Голос его был глухой, он смотрел на нее неотрывно. Ольха медленно поднялась. В глаза человеку, который привез ее на глумление, смотреть не хотела. Ингвар отступил, давая ей дорогу, она так же неспешно вышла.
Ингвар повел ее вниз, как он сказал, короткой дорогой. Прошли через две богато убранные комнаты, в одной к балке была подвешена просторная клетка. Птица сидела на жердочке яркая, с таким загнутым клювом, что Ольха остановилась, обомлев. Таких птиц не видела, даже не думала, что такие могут быть на свете.
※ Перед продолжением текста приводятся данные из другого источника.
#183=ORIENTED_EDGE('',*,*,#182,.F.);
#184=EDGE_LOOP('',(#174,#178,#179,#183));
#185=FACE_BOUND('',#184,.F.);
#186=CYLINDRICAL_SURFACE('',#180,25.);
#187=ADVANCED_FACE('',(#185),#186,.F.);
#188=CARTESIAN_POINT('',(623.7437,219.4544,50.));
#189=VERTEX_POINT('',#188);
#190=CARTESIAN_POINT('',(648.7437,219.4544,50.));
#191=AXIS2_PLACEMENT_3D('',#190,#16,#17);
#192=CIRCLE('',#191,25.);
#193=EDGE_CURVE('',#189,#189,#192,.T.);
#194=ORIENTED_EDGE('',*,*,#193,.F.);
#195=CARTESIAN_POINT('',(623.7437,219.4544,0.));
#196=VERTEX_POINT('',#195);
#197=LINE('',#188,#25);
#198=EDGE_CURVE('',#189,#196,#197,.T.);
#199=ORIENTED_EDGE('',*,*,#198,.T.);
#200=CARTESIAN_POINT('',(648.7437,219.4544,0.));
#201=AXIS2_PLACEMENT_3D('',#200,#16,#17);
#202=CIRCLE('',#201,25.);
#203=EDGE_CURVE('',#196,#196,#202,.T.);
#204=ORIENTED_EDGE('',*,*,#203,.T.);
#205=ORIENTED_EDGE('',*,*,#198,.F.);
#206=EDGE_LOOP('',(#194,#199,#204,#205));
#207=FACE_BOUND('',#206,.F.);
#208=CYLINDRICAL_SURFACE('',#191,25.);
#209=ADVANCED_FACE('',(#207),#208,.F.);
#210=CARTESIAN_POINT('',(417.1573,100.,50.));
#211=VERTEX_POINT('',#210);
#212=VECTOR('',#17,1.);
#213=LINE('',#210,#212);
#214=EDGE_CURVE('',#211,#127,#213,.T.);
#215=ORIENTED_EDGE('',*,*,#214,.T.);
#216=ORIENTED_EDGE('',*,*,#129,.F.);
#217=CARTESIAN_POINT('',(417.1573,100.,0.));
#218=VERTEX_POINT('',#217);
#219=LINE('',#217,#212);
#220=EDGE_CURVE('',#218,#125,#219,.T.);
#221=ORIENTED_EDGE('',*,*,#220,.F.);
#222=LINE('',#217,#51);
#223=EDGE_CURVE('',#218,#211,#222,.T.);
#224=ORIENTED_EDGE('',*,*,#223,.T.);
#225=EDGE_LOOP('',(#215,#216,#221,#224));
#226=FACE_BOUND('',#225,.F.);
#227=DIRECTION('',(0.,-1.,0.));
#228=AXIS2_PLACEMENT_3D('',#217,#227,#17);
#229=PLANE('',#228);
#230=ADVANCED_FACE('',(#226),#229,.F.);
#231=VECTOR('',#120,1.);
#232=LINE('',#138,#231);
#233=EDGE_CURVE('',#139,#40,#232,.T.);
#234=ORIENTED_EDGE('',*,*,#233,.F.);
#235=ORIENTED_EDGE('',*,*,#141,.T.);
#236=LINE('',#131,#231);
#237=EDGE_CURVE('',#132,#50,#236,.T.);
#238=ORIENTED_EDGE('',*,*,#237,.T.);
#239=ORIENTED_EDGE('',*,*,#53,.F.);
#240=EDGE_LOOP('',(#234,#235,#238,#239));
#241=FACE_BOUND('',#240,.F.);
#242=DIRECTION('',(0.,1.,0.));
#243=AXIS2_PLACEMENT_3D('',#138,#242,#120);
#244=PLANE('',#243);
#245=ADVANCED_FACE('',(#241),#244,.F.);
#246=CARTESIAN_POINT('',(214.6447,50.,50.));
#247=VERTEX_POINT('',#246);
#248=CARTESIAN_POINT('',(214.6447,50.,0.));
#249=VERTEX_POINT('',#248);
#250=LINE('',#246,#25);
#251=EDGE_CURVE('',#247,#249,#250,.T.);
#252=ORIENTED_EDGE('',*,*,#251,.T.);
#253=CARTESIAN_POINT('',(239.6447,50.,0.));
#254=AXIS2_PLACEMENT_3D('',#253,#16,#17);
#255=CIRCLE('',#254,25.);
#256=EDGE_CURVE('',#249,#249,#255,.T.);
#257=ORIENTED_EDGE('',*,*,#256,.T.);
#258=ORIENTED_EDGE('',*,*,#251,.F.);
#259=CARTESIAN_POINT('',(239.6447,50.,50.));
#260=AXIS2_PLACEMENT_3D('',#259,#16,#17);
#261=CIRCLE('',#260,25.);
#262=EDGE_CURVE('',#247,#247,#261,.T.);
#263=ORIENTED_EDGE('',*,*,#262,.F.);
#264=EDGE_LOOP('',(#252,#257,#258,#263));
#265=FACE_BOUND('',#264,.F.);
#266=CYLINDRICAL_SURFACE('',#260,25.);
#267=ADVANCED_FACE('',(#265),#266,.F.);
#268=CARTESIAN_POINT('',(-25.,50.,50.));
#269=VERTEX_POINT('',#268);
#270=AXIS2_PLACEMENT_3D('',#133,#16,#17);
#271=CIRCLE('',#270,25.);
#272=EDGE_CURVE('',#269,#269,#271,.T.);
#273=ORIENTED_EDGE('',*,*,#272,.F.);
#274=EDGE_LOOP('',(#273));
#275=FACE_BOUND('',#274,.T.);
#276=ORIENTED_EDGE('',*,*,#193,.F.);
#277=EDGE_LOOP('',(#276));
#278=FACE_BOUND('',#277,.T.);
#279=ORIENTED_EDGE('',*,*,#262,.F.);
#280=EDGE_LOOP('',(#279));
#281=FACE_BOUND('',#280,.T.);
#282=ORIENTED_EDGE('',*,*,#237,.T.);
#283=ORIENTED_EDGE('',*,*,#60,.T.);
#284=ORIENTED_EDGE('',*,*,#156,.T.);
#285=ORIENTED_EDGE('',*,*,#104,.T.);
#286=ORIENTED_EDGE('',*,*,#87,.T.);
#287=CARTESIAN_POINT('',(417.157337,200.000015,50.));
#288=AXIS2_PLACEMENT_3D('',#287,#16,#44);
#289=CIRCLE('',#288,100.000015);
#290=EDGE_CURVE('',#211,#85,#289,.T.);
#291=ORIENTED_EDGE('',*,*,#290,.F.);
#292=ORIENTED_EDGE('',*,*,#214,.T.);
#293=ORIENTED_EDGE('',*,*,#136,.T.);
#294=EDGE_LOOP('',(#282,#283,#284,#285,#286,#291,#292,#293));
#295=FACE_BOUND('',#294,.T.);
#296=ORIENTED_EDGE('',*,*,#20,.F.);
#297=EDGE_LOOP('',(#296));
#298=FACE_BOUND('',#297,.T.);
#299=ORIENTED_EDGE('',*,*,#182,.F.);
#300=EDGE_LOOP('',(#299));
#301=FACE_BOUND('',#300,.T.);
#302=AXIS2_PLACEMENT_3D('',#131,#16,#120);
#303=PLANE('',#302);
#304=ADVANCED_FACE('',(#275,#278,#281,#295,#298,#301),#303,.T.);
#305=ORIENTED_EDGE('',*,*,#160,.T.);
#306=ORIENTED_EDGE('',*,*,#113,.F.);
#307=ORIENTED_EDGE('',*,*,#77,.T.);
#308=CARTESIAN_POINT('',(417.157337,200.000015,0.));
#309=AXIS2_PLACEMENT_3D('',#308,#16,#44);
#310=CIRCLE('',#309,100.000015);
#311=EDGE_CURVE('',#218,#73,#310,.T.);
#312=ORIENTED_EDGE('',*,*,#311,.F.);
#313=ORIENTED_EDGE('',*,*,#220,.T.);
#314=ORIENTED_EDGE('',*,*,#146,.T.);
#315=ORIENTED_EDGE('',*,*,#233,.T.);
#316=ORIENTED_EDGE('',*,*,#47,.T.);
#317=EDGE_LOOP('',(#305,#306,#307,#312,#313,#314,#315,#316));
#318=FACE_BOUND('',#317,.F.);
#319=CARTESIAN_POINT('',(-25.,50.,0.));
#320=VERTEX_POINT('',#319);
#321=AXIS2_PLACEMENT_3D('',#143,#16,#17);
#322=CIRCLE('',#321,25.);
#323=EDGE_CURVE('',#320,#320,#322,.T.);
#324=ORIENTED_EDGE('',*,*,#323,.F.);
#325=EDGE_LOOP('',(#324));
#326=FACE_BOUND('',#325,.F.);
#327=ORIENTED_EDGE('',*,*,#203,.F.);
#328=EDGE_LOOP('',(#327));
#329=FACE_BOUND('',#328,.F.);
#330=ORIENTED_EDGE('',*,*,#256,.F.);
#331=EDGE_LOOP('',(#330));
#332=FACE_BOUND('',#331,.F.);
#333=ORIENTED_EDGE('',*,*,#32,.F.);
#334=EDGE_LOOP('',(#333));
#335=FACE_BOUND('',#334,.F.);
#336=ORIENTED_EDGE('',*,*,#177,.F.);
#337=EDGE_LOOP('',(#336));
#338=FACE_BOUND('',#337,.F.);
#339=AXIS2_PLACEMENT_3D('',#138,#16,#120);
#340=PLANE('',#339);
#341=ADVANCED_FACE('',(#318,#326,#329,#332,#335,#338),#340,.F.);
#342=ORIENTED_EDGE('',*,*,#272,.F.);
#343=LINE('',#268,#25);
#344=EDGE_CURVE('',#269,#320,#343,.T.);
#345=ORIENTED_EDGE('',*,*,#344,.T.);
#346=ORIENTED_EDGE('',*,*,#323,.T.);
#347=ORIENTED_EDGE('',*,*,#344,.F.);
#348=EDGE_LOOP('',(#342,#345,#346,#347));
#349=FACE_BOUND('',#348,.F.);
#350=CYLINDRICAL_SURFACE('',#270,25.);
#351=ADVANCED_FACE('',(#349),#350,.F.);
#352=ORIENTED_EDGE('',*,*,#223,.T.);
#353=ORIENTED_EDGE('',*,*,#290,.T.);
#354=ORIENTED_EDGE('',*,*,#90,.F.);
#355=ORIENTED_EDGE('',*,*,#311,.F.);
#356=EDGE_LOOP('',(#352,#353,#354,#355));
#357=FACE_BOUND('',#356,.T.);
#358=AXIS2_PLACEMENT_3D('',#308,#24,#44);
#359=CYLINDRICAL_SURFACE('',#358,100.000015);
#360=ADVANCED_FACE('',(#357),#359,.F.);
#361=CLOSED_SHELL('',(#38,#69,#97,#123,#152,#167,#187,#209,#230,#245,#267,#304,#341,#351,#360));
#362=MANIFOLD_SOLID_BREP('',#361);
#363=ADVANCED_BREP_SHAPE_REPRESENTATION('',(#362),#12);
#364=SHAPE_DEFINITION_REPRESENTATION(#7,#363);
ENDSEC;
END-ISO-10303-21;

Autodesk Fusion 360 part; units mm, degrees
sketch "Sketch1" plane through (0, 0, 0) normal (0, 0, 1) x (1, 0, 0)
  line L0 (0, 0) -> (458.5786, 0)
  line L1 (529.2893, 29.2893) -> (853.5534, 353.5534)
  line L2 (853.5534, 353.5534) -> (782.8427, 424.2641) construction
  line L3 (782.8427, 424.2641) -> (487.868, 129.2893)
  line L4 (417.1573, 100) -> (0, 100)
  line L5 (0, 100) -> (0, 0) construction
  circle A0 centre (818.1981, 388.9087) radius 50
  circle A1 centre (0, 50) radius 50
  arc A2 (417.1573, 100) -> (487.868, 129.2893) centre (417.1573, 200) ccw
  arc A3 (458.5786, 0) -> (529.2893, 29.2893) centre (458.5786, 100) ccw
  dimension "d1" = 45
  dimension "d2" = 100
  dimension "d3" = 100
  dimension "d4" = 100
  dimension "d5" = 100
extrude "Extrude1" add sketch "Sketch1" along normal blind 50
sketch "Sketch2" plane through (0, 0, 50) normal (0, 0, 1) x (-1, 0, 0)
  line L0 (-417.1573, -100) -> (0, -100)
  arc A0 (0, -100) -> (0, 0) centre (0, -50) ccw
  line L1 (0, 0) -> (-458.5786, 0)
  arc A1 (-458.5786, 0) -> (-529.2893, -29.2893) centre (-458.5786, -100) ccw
А птица посмотрела на нее одним глазом, сказала скрипучим голосом, но отчетливо, по-человечьи:
– Начнем с главного?.. Да, наливай!
Ольха вскрикнула, отпрянула, спиной ударилась о стену. Птица почесалась, произнесла хрипло:
– Бей ромеев! Хазары – подлые… Есть хочешь?
Ольха чувствовала, как тряслись ее губы. Ингвар нагло смеялся, будто говорящие птицы паслись по всем помойкам – чему дивиться?
– Свиненок, – сказал он весело. – Жил в комнате Олега, а тот готовил поход на Царьград. Наслушался на военном совете. Ишь, наливай ему…
Ольха прошептала:
– Что… это… за чудо?
Ингвар пренебрежительно отмахнулся, но Ольха видела, каким торжеством вспыхнули его глаза.
– Говорящая ворона. Из теплых краев. Там стаями летают. Тоже кизяки клюют.
– Такие… красивые?
Он открыл рот, хотел ответить, но что-то остановило. И Ольха прочла в глазах воеводы, что и она, для древлян такая красивая и волшебная, здесь в клетке. И тоже будет кизяки клевать, если заставят.
Вспыхнув, она отклеилась от стены и заставила себя идти мимо, не бросив даже взгляда на волшебную птицу. А та что-то кричала скрипучим, но человеческим голосом, упрашивала, грозилась, обещала.
Еще в коридоре она ощутила запах дыма и жареного мяса. С каждой же ступенькой вниз запахи становились сильнее и разнообразнее. Она узнавала и ароматы лесных ягод, что явно идут на подливу, запах меда и медовух, ароматных трав. Но были и запахи незнаемые, пряные, тревожащие. Доносился и слитный шум, будто толпа осаждающих пыталась вломиться в крепость.
Со второго поверха уже различала пьяные вопли, песни, выкрики, здравицы. Она чувствовала, как вся сжимается в комок. Чужой народ, враждебный народ. Она здесь не княгиня, а пленница. Которую сейчас осмотрят, как корову на торгу, и продадут… Хуже того, отдадут любому, кто захочет протянуть к ней руку и назвать женой.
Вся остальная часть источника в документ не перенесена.